About the Poet: Thomas Stearns Eliot better known as T. S. Eliot was an essayist, publisher, playwright, literary and social critic, and one of the twentieth century’s major poets. T SEliot was born in St. Louis, Missouri, on September 26, 1888 and died on 4 January 1965.
As a poet, he altered his affinity for the English metaphysical poets of the seventeenth century and the nineteenth century French symbolist poets including Baudelaire and Laforgue into radical innovations in poetic technique and subject matter. His poems in many respects articulated the disillusionment of a younger post–World War I generation with the values and conventions, both literary and social, of the Victorian era.
Skimbleshanks: The Railway Cat Summary by T. S. Eliot
We start the journey with the poet at the railway station. The Night Mail is ready to start. But it seems that everybody is restless and their murmuring and confused movements give us a feeling that they are waiting for someone to give a “green signal” for the journey. At last when it was 11.42 we see Skimble coming out of the luggage van and the signal goes “All Clear”. The train is set for the North.

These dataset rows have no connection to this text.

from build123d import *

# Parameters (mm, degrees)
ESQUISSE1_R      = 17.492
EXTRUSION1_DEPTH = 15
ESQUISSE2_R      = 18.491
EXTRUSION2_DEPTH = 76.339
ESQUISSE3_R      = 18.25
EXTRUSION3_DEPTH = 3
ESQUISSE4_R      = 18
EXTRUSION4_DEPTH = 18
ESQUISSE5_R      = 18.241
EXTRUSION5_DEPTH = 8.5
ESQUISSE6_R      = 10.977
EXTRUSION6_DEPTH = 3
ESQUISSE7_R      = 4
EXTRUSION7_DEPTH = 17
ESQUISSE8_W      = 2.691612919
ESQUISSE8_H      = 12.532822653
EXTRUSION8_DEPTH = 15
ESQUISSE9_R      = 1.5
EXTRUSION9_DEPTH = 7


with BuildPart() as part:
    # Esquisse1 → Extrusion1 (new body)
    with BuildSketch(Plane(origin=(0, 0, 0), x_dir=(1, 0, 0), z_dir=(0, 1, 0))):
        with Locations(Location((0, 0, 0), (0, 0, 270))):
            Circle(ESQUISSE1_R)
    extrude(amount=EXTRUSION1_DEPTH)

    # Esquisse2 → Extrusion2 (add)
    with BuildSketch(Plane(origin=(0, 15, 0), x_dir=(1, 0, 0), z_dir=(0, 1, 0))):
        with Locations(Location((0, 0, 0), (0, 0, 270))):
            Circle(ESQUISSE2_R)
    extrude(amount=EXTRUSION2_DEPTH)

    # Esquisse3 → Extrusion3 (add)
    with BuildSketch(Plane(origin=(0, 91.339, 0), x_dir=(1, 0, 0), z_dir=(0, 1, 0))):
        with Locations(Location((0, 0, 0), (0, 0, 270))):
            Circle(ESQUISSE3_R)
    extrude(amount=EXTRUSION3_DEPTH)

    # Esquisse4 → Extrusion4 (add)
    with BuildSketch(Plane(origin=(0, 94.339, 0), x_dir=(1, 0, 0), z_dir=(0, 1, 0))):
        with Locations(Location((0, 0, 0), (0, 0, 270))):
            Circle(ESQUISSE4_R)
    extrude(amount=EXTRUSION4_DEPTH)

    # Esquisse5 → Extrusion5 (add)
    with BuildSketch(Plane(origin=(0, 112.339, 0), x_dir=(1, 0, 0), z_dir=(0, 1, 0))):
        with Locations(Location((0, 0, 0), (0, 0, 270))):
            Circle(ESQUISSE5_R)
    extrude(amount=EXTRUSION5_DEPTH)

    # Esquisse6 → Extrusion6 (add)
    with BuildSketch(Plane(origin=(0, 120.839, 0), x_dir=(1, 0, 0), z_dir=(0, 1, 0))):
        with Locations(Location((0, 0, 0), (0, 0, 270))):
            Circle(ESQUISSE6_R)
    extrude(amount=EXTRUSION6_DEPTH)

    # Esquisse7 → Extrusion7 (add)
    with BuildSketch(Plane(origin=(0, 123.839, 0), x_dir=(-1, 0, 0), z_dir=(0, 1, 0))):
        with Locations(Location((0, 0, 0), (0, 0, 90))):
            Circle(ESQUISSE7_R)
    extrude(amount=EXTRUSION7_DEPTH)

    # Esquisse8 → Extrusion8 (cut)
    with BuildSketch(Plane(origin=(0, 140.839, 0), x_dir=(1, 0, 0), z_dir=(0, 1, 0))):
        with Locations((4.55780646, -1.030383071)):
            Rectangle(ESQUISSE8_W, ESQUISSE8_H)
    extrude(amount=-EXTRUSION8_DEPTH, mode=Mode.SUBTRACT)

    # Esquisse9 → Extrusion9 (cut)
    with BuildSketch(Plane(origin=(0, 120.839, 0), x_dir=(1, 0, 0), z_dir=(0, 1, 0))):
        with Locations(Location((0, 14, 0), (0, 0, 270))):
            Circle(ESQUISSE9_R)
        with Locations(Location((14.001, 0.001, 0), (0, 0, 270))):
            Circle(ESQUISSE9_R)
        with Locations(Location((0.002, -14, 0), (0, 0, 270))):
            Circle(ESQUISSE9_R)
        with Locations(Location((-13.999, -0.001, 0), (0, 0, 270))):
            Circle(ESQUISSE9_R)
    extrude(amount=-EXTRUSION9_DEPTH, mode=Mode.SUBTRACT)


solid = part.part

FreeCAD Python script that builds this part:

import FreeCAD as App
import Part
import Sketcher
from FreeCAD import Vector
Q = App.Units.Quantity


def add_polygon(sketch, points):
    """Adds a closed chain of lines whose ends are joined by coincident constraints."""
    first, n = sketch.GeometryCount, len(points)
    for a, b in zip(points, points[1:] + points[:1]):
        sketch.addGeometry(Part.LineSegment(App.Vector(*a, 0), App.Vector(*b, 0)), False)
    for i in range(n):
        sketch.addConstraint(Sketcher.Constraint("Coincident", first + i, 2, first + (i + 1) % n, 1))

doc = App.newDocument("Part")
body = doc.addObject("PartDesign::Body", "Body")

# Sketch on XZ plane
sketch1 = doc.addObject("Sketcher::SketchObject", "Sketch")
body.addObject(sketch1)
sketch1.AttachmentSupport = (doc.XZ_Plane, [""])
sketch1.MapMode = "FlatFace"
sketch1.addGeometry(Part.Circle(Vector(0, 0, 0), Vector(0, 0, 1), 17.492), False)
sketch1.addConstraint(Sketcher.Constraint("Coincident", 0, 3, -1, 1))
sketch1.addConstraint(Sketcher.Constraint("Diameter", 0, Q("34.984 mm")))
pad1 = doc.addObject("PartDesign::Pad", "Pad")
body.addObject(pad1)
pad1.Profile = sketch1
pad1.Length = 15
pad1.Reversed = True

# Sketch on XZ plane
sketch2 = doc.addObject("Sketcher::SketchObject", "Sketch001")
body.addObject(sketch2)
sketch2.AttachmentSupport = (doc.XZ_Plane, [""])
sketch2.MapMode = "FlatFace"
sketch2.AttachmentOffset = App.Placement(Vector(0, 0, -15), App.Rotation())
sketch2.addGeometry(Part.Circle(Vector(0, 0, 0), Vector(0, 0, 1), 18.491), False)
sketch2.addConstraint(Sketcher.Constraint("Coincident", 0, 3, -1, 1))
sketch2.addConstraint(Sketcher.Constraint("Diameter", 0, Q("36.982 mm")))
pad2 = doc.addObject("PartDesign::Pad", "Pad001")
body.addObject(pad2)
pad2.Profile = sketch2
pad2.Length = 76.339
pad2.Reversed = True

# Sketch on XZ plane
sketch3 = doc.addObject("Sketcher::SketchObject", "Sketch002")
body.addObject(sketch3)
sketch3.AttachmentSupport = (doc.XZ_Plane, [""])
sketch3.MapMode = "FlatFace"
sketch3.AttachmentOffset = App.Placement(Vector(0, 0, -91.339), App.Rotation())
sketch3.addGeometry(Part.Circle(Vector(0, 0, 0), Vector(0, 0, 1), 18.25), False)
sketch3.addConstraint(Sketcher.Constraint("Coincident", 0, 3, -1, 1))
sketch3.addConstraint(Sketcher.Constraint("Diameter", 0, Q("36.5 mm")))
pad3 = doc.addObject("PartDesign::Pad", "Pad002")
body.addObject(pad3)
pad3.Profile = sketch3
pad3.Length = 3
pad3.Reversed = True

# Sketch on XZ plane
sketch4 = doc.addObject("Sketcher::SketchObject", "Sketch003")
body.addObject(sketch4)
sketch4.AttachmentSupport = (doc.XZ_Plane, [""])
sketch4.MapMode = "FlatFace"
sketch4.AttachmentOffset = App.Placement(Vector(0, 0, -94.339), App.Rotation())
sketch4.addGeometry(Part.Circle(Vector(0, 0, 0), Vector(0, 0, 1), 18), False)
sketch4.addConstraint(Sketcher.Constraint("Coincident", 0, 3, -1, 1))
sketch4.addConstraint(Sketcher.Constraint("Diameter", 0, Q("36 mm")))
pad4 = doc.addObject("PartDesign::Pad", "Pad003")
body.addObject(pad4)
pad4.Profile = sketch4
pad4.Length = 18
pad4.Reversed = True

# Sketch on XZ plane
sketch5 = doc.addObject("Sketcher::SketchObject", "Sketch004")
body.addObject(sketch5)
sketch5.AttachmentSupport = (doc.XZ_Plane, [""])
sketch5.MapMode = "FlatFace"
sketch5.AttachmentOffset = App.Placement(Vector(0, 0, -112.339), App.Rotation())
sketch5.addGeometry(Part.Circle(Vector(0, 0, 0), Vector(0, 0, 1), 18.241), False)
sketch5.addConstraint(Sketcher.Constraint("Coincident", 0, 3, -1, 1))
sketch5.addConstraint(Sketcher.Constraint("Diameter", 0, Q("36.482 mm")))
pad5 = doc.addObject("PartDesign::Pad", "Pad004")
body.addObject(pad5)
pad5.Profile = sketch5
pad5.Length = 8.5
pad5.Reversed = True

# Sketch on XZ plane
sketch6 = doc.addObject("Sketcher::SketchObject", "Sketch005")
body.addObject(sketch6)
sketch6.AttachmentSupport = (doc.XZ_Plane, [""])
sketch6.MapMode = "FlatFace"
sketch6.AttachmentOffset = App.Placement(Vector(0, 0, -120.839), App.Rotation())
sketch6.addGeometry(Part.Circle(Vector(0, 0, 0), Vector(0, 0, 1), 10.977), False)
sketch6.addConstraint(Sketcher.Constraint("Coincident", 0, 3, -1, 1))
sketch6.addConstraint(Sketcher.Constraint("Diameter", 0, Q("21.954 mm")))
pad6 = doc.addObject("PartDesign::Pad", "Pad005")
body.addObject(pad6)
pad6.Profile = sketch6
pad6.Length = 3
pad6.Reversed = True

# Sketch on XZ plane
sketch7 = doc.addObject("Sketcher::SketchObject", "Sketch006")
body.addObject(sketch7)
sketch7.AttachmentSupport = (doc.XZ_Plane, [""])
sketch7.MapMode = "FlatFace"
sketch7.AttachmentOffset = App.Placement(Vector(0, 0, -123.839), App.Rotation())
sketch7.addGeometry(Part.Circle(Vector(0, 0, 0), Vector(0, 0, 1), 4), False)
sketch7.addConstraint(Sketcher.Constraint("Coincident", 0, 3, -1, 1))
sketch7.addConstraint(Sketcher.Constraint("Diameter", 0, Q("8 mm")))
pad7 = doc.addObject("PartDesign::Pad", "Pad006")
body.addObject(pad7)
pad7.Profile = sketch7
pad7.Length = 17
pad7.Reversed = True

# Sketch on XZ plane
sketch8 = doc.addObject("Sketcher::SketchObject", "Sketch007")
body.addObject(sketch8)
sketch8.AttachmentSupport = (doc.XZ_Plane, [""])
sketch8.MapMode = "FlatFace"
sketch8.AttachmentOffset = App.Placement(Vector(0, 0, -140.839), App.Rotation())
add_polygon(sketch8, [(3.212, -5.236028), (3.212, 7.296794), (5.903613, 7.296794), (5.903613, -5.236028)])  # lines 0-3
sketch8.addConstraint(Sketcher.Constraint("Vertical", 0))
sketch8.addConstraint(Sketcher.Constraint("Horizontal", 1))
sketch8.addConstraint(Sketcher.Constraint("Vertical", 2))
sketch8.addConstraint(Sketcher.Constraint("Horizontal", 3))
sketch8.addConstraint(Sketcher.Constraint("DistanceX", -1, 1, 0, 2, Q("3.212 mm")))
sketch8.addConstraint(Sketcher.Constraint("DistanceX", 1, 1, 1, 2, Q("2.691613 mm")))
sketch8.addConstraint(Sketcher.Constraint("DistanceY", 0, 1, 0, 2, Q("12.532823 mm")))
sketch8.addConstraint(Sketcher.Constraint("DistanceY", 2, 2, -1, 1, Q("5.236028 mm")))
pocket1 = doc.addObject("PartDesign::Pocket", "Pocket")
body.addObject(pocket1)
pocket1.Profile = sketch8
pocket1.Length = 15
pocket1.Reversed = True

# Sketch on XZ plane
sketch9 = doc.addObject("Sketcher::SketchObject", "Sketch008")
body.addObject(sketch9)
sketch9.AttachmentSupport = (doc.XZ_Plane, [""])
sketch9.MapMode = "FlatFace"
sketch9.AttachmentOffset = App.Placement(Vector(0, 0, -120.839), App.Rotation())
sketch9.addGeometry(Part.Circle(Vector(0, -14, 0), Vector(0, 0, 1), 1.5), False)
sketch9.addGeometry(Part.Circle(Vector(14.001, -0.001, 0), Vector(0, 0, 1), 1.5), False)
sketch9.addGeometry(Part.Circle(Vector(0.002, 14, 0), Vector(0, 0, 1), 1.5), False)
sketch9.addGeometry(Part.Circle(Vector(-13.999, 0.001, 0), Vector(0, 0, 1), 1.5), False)
sketch9.addConstraint(Sketcher.Constraint("Equal", 0, 1))
sketch9.addConstraint(Sketcher.Constraint("Equal", 1, 2))
sketch9.addConstraint(Sketcher.Constraint("Equal", 2, 3))
sketch9.addConstraint(Sketcher.Constraint("PointOnObject", 0, 3, -2))
sketch9.addConstraint(Sketcher.Constraint("Diameter", 0, Q("3 mm")))
sketch9.addConstraint(Sketcher.Constraint("DistanceY", 0, 3, -1, 1, Q("14 mm")))
sketch9.addConstraint(Sketcher.Constraint("DistanceY", -1, 1, 2, 3, Q("14 mm")))
sketch9.addConstraint(Sketcher.Constraint("DistanceX", 3, 3, 1, 3, Q("28 mm")))
sketch9.addConstraint(Sketcher.Constraint("DistanceX", -1, 1, 1, 3, Q("14.001 mm")))
sketch9.addConstraint(Sketcher.Constraint("DistanceY", 1, 3, -1, 1, Q("0.001 mm")))
sketch9.addConstraint(Sketcher.Constraint("DistanceX", -1, 1, 2, 3, Q("0.002 mm")))
sketch9.addConstraint(Sketcher.Constraint("DistanceY", -1, 1, 3, 3, Q("0.001 mm")))
pocket2 = doc.addObject("PartDesign::Pocket", "Pocket001")
body.addObject(pocket2)
pocket2.Profile = sketch9
pocket2.Length = 7
pocket2.Reversed = True

doc.recompute()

Throughout the journey whenever you open your eyes or wherever the train stops you can see the cat somewhere on the train or out on the platform. The cat’s presence makes an impression that he is in charge of the train. The poet presents the cat as the most important one on the train. He is attributed with the roles of a supervisor, stationmaster’s friend or a patrolling police officer. He is present at the bagmen playing cards, he roams in the first class as well as the third class. He examines every passenger and we may feel that he never aproves of any riot. Naturally the passengers are quiet at night and it leaves an impression that he is responsible for such a calm atmosphere.
While you are going to your bed in your cabin you see the cat behind the guard. It may indicate that it is he who made the guard to ask your preference of weak or strong tea in the morning. Even when you sleep peacefully the cat continues its ’rounds’ on the train. The poet makes witty comments on the cat’s habit of drinking scotch whisky to make his night watch more vigilant. At every station the cat gets out of the train and refresh himself. In the morning whe you reach your station you can see Skimble in front of you bidding good bye to you. He gives you a wave of his long brown tail and tells you “ I’ll see you again!”.
This is the substance of the poem. In other words, the poet describes the importance and significance of Skimbleshanks and presents him as the most important passenger aboard the train. Eliot portrays how the cat caters to the needs of the passengers and the general security of the train.